Ok so, a few things I have noticed is he barks like crazyyy at anyone who enters the house (he is good with me and a few others, but HATES men and dislikes most strangers)he even barks family members :S He seems fine with them all day, but he wont let them pick him up or anything. Also, when he is on furnature he growls and snaps at anyone who goes near "his" bed/coach. He is now banned from furnature...which solved that.

He used to bolt outside until I trained him to wait at each door until I say "ok". so he is improving a bit.

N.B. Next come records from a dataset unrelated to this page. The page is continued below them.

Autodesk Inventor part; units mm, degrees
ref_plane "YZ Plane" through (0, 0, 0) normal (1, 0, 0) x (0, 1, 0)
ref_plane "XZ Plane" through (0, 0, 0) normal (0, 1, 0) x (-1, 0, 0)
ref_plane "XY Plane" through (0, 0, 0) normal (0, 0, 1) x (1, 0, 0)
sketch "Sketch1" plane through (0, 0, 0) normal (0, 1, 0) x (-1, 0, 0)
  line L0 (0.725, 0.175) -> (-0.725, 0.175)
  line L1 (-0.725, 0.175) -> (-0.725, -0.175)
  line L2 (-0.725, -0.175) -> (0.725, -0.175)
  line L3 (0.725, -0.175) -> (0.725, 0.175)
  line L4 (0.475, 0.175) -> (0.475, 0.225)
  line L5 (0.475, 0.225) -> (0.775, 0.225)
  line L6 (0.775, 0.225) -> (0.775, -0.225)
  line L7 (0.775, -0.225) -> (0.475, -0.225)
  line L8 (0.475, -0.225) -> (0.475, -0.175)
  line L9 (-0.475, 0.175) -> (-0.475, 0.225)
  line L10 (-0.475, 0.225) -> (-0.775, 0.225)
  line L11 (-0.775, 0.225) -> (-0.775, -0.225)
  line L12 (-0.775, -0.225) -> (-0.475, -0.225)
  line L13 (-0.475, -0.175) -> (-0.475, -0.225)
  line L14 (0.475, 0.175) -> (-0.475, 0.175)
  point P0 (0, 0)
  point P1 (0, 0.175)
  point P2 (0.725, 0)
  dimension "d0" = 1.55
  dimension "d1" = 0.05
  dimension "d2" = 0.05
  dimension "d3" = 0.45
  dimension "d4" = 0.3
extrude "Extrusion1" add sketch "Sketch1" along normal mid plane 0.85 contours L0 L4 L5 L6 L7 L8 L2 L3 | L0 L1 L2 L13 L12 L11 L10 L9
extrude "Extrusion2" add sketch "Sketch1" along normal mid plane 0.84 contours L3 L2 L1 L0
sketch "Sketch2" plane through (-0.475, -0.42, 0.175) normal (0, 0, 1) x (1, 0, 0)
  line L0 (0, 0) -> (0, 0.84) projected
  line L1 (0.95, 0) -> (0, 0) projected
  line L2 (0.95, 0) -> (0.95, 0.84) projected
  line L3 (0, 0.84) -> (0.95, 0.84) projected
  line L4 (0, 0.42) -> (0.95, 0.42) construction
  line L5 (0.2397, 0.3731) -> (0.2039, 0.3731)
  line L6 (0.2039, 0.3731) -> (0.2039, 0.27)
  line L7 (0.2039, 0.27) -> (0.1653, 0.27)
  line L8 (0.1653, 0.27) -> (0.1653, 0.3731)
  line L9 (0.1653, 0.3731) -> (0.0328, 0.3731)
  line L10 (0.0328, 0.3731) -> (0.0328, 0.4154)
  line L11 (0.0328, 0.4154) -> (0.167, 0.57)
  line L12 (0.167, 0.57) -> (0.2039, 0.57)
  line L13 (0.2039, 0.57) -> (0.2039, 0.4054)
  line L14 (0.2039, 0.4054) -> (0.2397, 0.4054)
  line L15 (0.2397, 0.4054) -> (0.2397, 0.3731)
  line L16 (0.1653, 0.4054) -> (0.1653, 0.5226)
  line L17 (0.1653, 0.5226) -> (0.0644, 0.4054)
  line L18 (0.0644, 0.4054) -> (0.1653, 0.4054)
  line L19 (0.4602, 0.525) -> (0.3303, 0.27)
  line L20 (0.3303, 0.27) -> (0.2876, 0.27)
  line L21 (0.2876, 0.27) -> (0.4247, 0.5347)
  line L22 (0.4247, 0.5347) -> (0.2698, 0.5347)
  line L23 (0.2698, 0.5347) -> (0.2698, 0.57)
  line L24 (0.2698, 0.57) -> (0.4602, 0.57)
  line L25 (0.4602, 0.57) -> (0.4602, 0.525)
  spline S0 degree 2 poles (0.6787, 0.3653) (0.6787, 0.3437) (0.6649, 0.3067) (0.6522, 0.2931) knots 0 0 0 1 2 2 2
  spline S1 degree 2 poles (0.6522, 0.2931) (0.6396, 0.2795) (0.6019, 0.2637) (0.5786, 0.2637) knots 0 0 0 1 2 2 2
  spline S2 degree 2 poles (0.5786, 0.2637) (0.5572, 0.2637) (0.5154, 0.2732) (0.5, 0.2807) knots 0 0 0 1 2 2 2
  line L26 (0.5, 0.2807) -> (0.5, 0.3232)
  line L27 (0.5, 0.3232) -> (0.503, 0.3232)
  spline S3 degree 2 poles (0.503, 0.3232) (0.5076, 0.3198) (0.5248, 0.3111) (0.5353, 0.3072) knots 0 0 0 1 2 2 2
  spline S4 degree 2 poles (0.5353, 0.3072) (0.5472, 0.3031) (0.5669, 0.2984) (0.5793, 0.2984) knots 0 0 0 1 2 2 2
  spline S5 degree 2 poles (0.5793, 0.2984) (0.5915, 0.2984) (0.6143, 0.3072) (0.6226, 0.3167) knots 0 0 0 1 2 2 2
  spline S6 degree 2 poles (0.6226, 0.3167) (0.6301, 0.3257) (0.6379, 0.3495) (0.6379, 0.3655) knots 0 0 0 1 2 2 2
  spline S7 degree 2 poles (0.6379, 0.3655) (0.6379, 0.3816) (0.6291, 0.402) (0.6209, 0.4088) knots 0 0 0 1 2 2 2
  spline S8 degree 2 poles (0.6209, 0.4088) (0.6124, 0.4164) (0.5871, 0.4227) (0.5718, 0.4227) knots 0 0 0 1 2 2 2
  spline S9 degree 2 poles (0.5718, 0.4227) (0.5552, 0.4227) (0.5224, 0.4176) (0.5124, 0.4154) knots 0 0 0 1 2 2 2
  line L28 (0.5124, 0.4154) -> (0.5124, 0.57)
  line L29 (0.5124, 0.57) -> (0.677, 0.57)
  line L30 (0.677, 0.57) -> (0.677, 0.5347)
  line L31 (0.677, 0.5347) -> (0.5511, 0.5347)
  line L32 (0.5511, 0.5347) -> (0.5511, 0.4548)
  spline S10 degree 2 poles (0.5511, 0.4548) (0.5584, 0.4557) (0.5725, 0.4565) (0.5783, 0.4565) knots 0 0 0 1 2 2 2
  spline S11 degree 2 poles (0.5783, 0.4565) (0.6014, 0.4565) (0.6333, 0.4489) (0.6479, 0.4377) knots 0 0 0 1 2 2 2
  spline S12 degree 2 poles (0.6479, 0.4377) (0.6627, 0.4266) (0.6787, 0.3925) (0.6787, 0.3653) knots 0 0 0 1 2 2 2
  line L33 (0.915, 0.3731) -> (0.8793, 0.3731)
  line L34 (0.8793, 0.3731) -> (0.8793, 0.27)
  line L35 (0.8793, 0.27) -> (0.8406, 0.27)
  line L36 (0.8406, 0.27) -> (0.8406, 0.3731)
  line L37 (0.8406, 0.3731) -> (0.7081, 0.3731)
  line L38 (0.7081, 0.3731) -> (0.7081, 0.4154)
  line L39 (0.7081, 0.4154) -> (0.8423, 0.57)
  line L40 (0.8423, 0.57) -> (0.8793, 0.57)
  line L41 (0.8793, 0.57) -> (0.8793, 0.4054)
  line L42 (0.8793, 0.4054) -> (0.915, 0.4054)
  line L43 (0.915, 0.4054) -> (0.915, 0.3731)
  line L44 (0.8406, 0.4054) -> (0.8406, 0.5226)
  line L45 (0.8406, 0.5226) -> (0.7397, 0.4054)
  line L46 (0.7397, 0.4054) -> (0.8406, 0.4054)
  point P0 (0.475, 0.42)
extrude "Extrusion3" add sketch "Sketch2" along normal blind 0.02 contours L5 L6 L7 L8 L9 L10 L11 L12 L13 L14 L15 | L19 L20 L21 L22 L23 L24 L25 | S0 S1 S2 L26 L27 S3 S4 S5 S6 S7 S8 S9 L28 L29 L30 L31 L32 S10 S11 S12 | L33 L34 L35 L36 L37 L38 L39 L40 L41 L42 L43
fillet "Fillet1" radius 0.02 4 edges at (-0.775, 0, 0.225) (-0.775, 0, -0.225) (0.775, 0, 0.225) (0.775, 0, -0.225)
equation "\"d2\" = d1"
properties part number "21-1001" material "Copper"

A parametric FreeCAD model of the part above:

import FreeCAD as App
import Part
import Sketcher

V = App.Vector
Q = App.Units.Quantity


def edges_at(feature, points):
    """Names of the edges that pass closest to the given points."""
    edges = feature.Shape.Edges
    near = lambda p: min(range(len(edges)), key=lambda i: edges[i].distToShape(Part.Vertex(*p))[0])
    return sorted({f"Edge{near(p) + 1}" for p in points})

doc = App.newDocument("Part")
body = doc.addObject("PartDesign::Body", "Body")
body.AllowCompound = True

# Sketch on XZ plane
sketch1 = body.newObject("Sketcher::SketchObject", "Sketch")
sketch1.AttachmentSupport = (doc.getObject("XZ_Plane"), [""])
sketch1.MapMode = "FlatFace"
sketch1.addGeometry(Part.LineSegment(V(-0.47, 0.17, 0), V(-0.72, 0.17, 0)), False)
sketch1.addGeometry(Part.LineSegment(V(-0.72, 0.17, 0), V(-0.72, -0.17, 0)), False)
sketch1.addGeometry(Part.LineSegment(V(-0.72, -0.17, 0), V(-0.47, -0.17, 0)), False)
sketch1.addGeometry(Part.LineSegment(V(-0.47, -0.17, 0), V(-0.47, -0.23, 0)), False)
sketch1.addGeometry(Part.LineSegment(V(-0.47, -0.23, 0), V(-0.78, -0.23, 0)), False)
sketch1.addGeometry(Part.LineSegment(V(-0.78, -0.23, 0), V(-0.78, 0.23, 0)), False)
sketch1.addGeometry(Part.LineSegment(V(-0.78, 0.23, 0), V(-0.47, 0.23, 0)), False)
sketch1.addGeometry(Part.LineSegment(V(-0.47, 0.23, 0), V(-0.47, 0.17, 0)), False)
sketch1.addGeometry(Part.LineSegment(V(0.72, 0.17, 0), V(0.47, 0.17, 0)), False)
sketch1.addGeometry(Part.LineSegment(V(0.47, 0.17, 0), V(0.47, 0.23, 0)), False)
sketch1.addGeometry(Part.LineSegment(V(0.47, 0.23, 0), V(0.78, 0.23, 0)), False)
sketch1.addGeometry(Part.LineSegment(V(0.78, 0.23, 0), V(0.78, -0.23, 0)), False)
sketch1.addGeometry(Part.LineSegment(V(0.78, -0.23, 0), V(0.47, -0.23, 0)), False)
sketch1.addGeometry(Part.LineSegment(V(0.47, -0.23, 0), V(0.47, -0.17, 0)), False)
sketch1.addGeometry(Part.LineSegment(V(0.47, -0.17, 0), V(0.72, -0.17, 0)), False)
sketch1.addGeometry(Part.LineSegment(V(0.72, -0.17, 0), V(0.72, 0.17, 0)), False)
sketch1.addConstraint(Sketcher.Constraint("Coincident", 0, 2, 1, 1))
sketch1.addConstraint(Sketcher.Constraint("Coincident", 1, 2, 2, 1))
sketch1.addConstraint(Sketcher.Constraint("Coincident", 2, 2, 3, 1))
sketch1.addConstraint(Sketcher.Constraint("Coincident", 3, 2, 4, 1))
sketch1.addConstraint(Sketcher.Constraint("Coincident", 4, 2, 5, 1))
sketch1.addConstraint(Sketcher.Constraint("Coincident", 5, 2, 6, 1))
sketch1.addConstraint(Sketcher.Constraint("Coincident", 6, 2, 7, 1))
sketch1.addConstraint(Sketcher.Constraint("Coincident", 7, 2, 0, 1))
sketch1.addConstraint(Sketcher.Constraint("Coincident", 8, 2, 9, 1))
sketch1.addConstraint(Sketcher.Constraint("Coincident", 9, 2, 10, 1))
sketch1.addConstraint(Sketcher.Constraint("Coincident", 10, 2, 11, 1))
sketch1.addConstraint(Sketcher.Constraint("Coincident", 11, 2, 12, 1))
sketch1.addConstraint(Sketcher.Constraint("Coincident", 12, 2, 13, 1))
sketch1.addConstraint(Sketcher.Constraint("Coincident", 13, 2, 14, 1))
sketch1.addConstraint(Sketcher.Constraint("Coincident", 14, 2, 15, 1))
sketch1.addConstraint(Sketcher.Constraint("Coincident", 15, 2, 8, 1))
sketch1.addConstraint(Sketcher.Constraint("Horizontal", 0))
sketch1.addConstraint(Sketcher.Constraint("Vertical", 1))
sketch1.addConstraint(Sketcher.Constraint("Horizontal", 2))
sketch1.addConstraint(Sketcher.Constraint("Vertical", 3))
sketch1.addConstraint(Sketcher.Constraint("Horizontal", 4))
sketch1.addConstraint(Sketcher.Constraint("Vertical", 5))
sketch1.addConstraint(Sketcher.Constraint("Horizontal", 6))
sketch1.addConstraint(Sketcher.Constraint("Vertical", 7))
sketch1.addConstraint(Sketcher.Constraint("Horizontal", 8))
sketch1.addConstraint(Sketcher.Constraint("Vertical", 9))
sketch1.addConstraint(Sketcher.Constraint("Horizontal", 10))
sketch1.addConstraint(Sketcher.Constraint("Vertical", 11))
sketch1.addConstraint(Sketcher.Constraint("Horizontal", 12))
sketch1.addConstraint(Sketcher.Constraint("Vertical", 13))
sketch1.addConstraint(Sketcher.Constraint("Horizontal", 14))
sketch1.addConstraint(Sketcher.Constraint("Vertical", 15))
sketch1.addConstraint(Sketcher.Constraint("Symmetric", 2, 2, 8, 2, -1, 1))
sketch1.addConstraint(Sketcher.Constraint("Symmetric", 4, 2, 10, 2, -1, 1))
sketch1.addConstraint(Sketcher.Constraint("Symmetric", 6, 2, 12, 2, -1, 1))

one last problem is house training! He is 9 months old and still not trained....his past 9 owners (yes...he had 9 owners before me) didn't bring him outside because it was "too cold" and one before me kept the poor guy in a crate and wondered why he was so hyper, so instead of walking him she got him high. He gets walked 6 times a day now, and is let out at least once every 3 hours. He KNOWS he is supposed to do his business outside, as he cowers and lowers his head once he has done it inside. yet he still has accedents often, He is learning very fast but is it possible for chi's to ever be completely house trained? or will he have to be let out this often for the rest of his life?


thanks!


----------



## Guest (Jun 4, 2008)

*chi training*



Chi-Chi said:


> Hello, I just joined the forum. sorry this will probably be a long post.
> 
> I have been pet-sitting a rather large chihuahua (8 pounds) for a month now, I fell in love with the little guy and bought him today. The little guy seems to think he is Alpha...which I will not tolerate.
> 
> ...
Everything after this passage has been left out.